1. Было бы странно возражать тому, что математика математизирована. Но если она физицирована, биологизирована, психологизирована или теологизирована, возражения найдутся…
Но физика… Современная физика математизирована. Почему нет возражений математизации физики? По-гречески φύσις — это природа. Соответственно, физика есть наука о природе. Не о числах...
С веками развития науки сама наука может отчасти или существенно поменять свой предмет, отчасти или существенно поменять свой метод. Может сменить название, получить другое имя, выхлопотать ярлык на княжение, может, как астрология, перестать быть наукой и вообще исчезнуть с глаз долой, из сердца вон, из ума прочь! Всё может быть… Но физика, вроде, продолжает существовать, и физика никогда не отказывалась изучать природу. А природой всегда считала внешнюю человеку реальность.
2. Наивно полагать, что Аристотель Стагирский был занят исключительно натурфилософским умозрением вместо наблюдения, опыта, эксперимента… Никак глуповатые историки физики и совсем невежественные в истории своей науки собственно физики не могут ему простить тезиса, что более массивные тела падают на Землю с большей скоростью, чем тела менее массивные. А вот Галилео Галилей в своей Пизе и с её башни показательно отпизил Аристотеля, кидая с башни ядра и пули, приземлявшиеся вопреки Аристотелю одновременно.

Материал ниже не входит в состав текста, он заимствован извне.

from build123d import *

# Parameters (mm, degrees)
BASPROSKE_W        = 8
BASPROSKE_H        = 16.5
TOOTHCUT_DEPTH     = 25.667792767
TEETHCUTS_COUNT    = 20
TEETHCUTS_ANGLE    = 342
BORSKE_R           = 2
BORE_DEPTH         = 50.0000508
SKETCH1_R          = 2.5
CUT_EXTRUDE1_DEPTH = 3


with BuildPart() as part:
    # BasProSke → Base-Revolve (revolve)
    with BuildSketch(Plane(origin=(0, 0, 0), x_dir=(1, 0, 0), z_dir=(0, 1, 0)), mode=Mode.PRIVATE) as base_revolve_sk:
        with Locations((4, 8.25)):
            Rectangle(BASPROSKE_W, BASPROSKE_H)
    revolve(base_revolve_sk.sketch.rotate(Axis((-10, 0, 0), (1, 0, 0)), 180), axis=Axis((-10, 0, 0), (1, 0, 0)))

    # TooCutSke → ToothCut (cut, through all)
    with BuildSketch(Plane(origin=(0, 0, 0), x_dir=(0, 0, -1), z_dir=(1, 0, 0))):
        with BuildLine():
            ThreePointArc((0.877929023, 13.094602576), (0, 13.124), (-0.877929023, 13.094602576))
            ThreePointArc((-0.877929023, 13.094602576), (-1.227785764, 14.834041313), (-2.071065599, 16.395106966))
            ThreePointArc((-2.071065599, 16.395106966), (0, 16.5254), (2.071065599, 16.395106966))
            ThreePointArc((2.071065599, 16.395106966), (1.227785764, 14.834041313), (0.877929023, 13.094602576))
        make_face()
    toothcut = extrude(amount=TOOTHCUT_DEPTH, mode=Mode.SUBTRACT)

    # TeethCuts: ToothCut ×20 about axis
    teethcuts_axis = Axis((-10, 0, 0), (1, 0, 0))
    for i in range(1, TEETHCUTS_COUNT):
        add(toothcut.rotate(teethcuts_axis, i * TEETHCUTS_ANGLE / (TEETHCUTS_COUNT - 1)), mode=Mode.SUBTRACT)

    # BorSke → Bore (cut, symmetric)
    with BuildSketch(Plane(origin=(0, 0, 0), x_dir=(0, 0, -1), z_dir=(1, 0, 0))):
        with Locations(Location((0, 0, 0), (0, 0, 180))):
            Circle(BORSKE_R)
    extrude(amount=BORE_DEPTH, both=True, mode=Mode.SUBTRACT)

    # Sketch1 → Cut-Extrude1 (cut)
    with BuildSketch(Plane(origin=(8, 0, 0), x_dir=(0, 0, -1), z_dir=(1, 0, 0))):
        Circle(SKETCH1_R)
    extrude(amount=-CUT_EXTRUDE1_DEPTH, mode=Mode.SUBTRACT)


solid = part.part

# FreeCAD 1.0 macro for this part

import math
import FreeCAD as App
import Part
import Sketcher

V = App.Vector


def add_polygon(sketch, points):
    """Adds a closed chain of lines whose ends are joined by coincident constraints."""
    first, n = sketch.GeometryCount, len(points)
    for a, b in zip(points, points[1:] + points[:1]):
        sketch.addGeometry(Part.LineSegment(App.Vector(*a, 0), App.Vector(*b, 0)), False)
    for i in range(n):
        sketch.addConstraint(Sketcher.Constraint("Coincident", first + i, 2, first + (i + 1) % n, 1))

doc = App.newDocument("Part")
body = doc.addObject("PartDesign::Body", "Body")

sketch1 = doc.addObject("Sketcher::SketchObject", "Sketch")
body.addObject(sketch1)
sketch1.AttachmentSupport = (doc.XZ_Plane, [""])
sketch1.MapMode = "FlatFace"
add_polygon(sketch1, [(0, -16), (0, 0), (8, 0), (8, -16)])
sketch1.addConstraint(Sketcher.Constraint("Vertical", 0))
sketch1.addConstraint(Sketcher.Constraint("Horizontal", 1))
sketch1.addConstraint(Sketcher.Constraint("Vertical", 2))
sketch1.addConstraint(Sketcher.Constraint("Horizontal", 3))
sketch1.addConstraint(Sketcher.Constraint("Coincident", 0, 2, -1, 1))
sketch1.addConstraint(Sketcher.Constraint("DistanceX", 1, 1, 1, 2, 8.0))
sketch1.addConstraint(Sketcher.Constraint("DistanceY", 0, 1, 0, 2, 16.5))
revolution = doc.addObject("PartDesign::Revolution", "Revolution")
body.addObject(revolution)
revolution.Profile = sketch1
revolution.ReferenceAxis = (sketch1, ["H_Axis"])
revolution.Angle = 360

sketch2 = doc.addObject("Sketcher::SketchObject", "Sketch001")
body.addObject(sketch2)
sketch2.AttachmentSupport = (doc.YZ_Plane, [""])
sketch2.MapMode = "FlatFace"
sketch2.addGeometry(Part.ArcOfCircle(Part.Circle(V(0, 0, 0), V(0, 0, 1), 13.1), math.radians(-3.84), math.radians(3.84)), False)
sketch2.addGeometry(Part.ArcOfCircle(Part.Circle(V(12.8, -6.9, 0), V(0, 0, 1), 6), math.radians(53), math.radians(87)), False)
sketch2.addGeometry(Part.ArcOfCircle(Part.Circle(V(0, 0, 0), V(0, 0, 1), 16.5), math.radians(-7.2), math.radians(7.2)), False)
sketch2.addGeometry(Part.ArcOfCircle(Part.Circle(V(12.8, 6.9, 0), V(0, 0, 1), 6), math.radians(-87), math.radians(-53)), False)
sketch2.addConstraint(Sketcher.Constraint("Coincident", 0, 1, 1, 2))
sketch2.addConstraint(Sketcher.Constraint("Coincident", 1, 1, 2, 1))
sketch2.addConstraint(Sketcher.Constraint("Coincident", 2, 2, 3, 2))
sketch2.addConstraint(Sketcher.Constraint("Coincident", 3, 1, 0, 2))
sketch2.addConstraint(Sketcher.Constraint("Coincident", 0, 3, -1, 1))
sketch2.addConstraint(Sketcher.Constraint("Coincident", 2, 3, -1, 1))
sketch2.addConstraint(Sketcher.Constraint("Equal", 1, 3))
sketch2.addConstraint(Sketcher.Constraint("Symmetric", 1, 3, 3, 3, -1))
sketch2.addConstraint(Sketcher.Constraint("Radius", 1, 6.0))
sketch2.addConstraint(Sketcher.Constraint("Radius", 0, 13.124))
sketch2.addConstraint(Sketcher.Constraint("Radius", 2, 16.5254))
sketch2.addConstraint(Sketcher.Constraint("DistanceY", 0, 1, -1, 1, 0.877929))
sketch2.addConstraint(Sketcher.Constraint("DistanceY", 1, 3, 3, 3, 13.740811))
pocket1 = doc.addObject("PartDesign::Pocket", "Pocket")
body.addObject(pocket1)
pocket1.Profile = sketch2
pocket1.Type = "ThroughAll"
pocket1.Reversed = True
doc.recompute()

polarpattern = doc.addObject("PartDesign::PolarPattern", "PolarPattern")
body.addObject(polarpattern)
polarpattern.Originals = [pocket1]
polarpattern.Axis = (doc.X_Axis, [""])
polarpattern.Angle = 360
polarpattern.Occurrences = 20
body.Tip = polarpattern

sketch3 = doc.addObject("Sketcher::SketchObject", "Sketch002")
body.addObject(sketch3)
sketch3.AttachmentSupport = (doc.YZ_Plane, [""])
sketch3.MapMode = "FlatFace"
sketch3.addGeometry(Part.Circle(V(0, 0, 0), V(0, 0, 1), 2), False)
sketch3.addConstraint(Sketcher.Constraint("Coincident", 0, 3, -1, 1))
sketch3.addConstraint(Sketcher.Constraint("Diameter", 0, 4.0))
pocket2 = doc.addObject("PartDesign::Pocket", "Pocket001")
body.addObject(pocket2)
pocket2.Profile = sketch3
pocket2.Length = 100.000102
pocket2.Midplane = True

sketch4 = doc.addObject("Sketcher::SketchObject", "Sketch003")
body.addObject(sketch4)
sketch4.AttachmentSupport = (doc.YZ_Plane, [""])
sketch4.MapMode = "FlatFace"
sketch4.AttachmentOffset = App.Placement(V(0, 0, 8), App.Rotation())
sketch4.addGeometry(Part.Circle(V(0, 0, 0), V(0, 0, 1), 2.5), False)
sketch4.addConstraint(Sketcher.Constraint("Coincident", 0, 3, -1, 1))
sketch4.addConstraint(Sketcher.Constraint("Diameter", 0, 5.0))
pocket3 = doc.addObject("PartDesign::Pocket", "Pocket002")
body.addObject(pocket3)
pocket3.Profile = sketch4
pocket3.Length = 3

doc.recompute()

Аристотель внимательно наблюдал природу, проводил опыты, экспериментировал с неживыми телами и телами растений и животных. Описывал и анатомировал и растения, и животных.
Экспериментами занимался и Рене Декарт, иначе он не простудился бы, набивая курицу льдом, чтобы выяснить влияние низких температур на мёртвое тело животного. Последующая смерть Р. Декарта от простуды — наглядное свидетельство того, что учёные экспериментировали и до Г. Галилея и даже умирали во имя науки.
3. Для чего физике нужна математика? Математика сокращает вычисления, а в физике вычисления используются активно и вычисления в ней неизбежны. Сокращение вычислений состоит в том, что некие природные процессы численно моделируются и выводится модельная формула закона, управляющего этими природными процессами. Потом этой формулой можно воспользоваться в работе с другими сходными процессами и даже с процессами в совершенно других средах и с другими предметами. И будет славно, если формула не подведёт и в этом случае. Так закон, математически выраженный, обобщает не один, а множество процессов природных. В этом сила математики.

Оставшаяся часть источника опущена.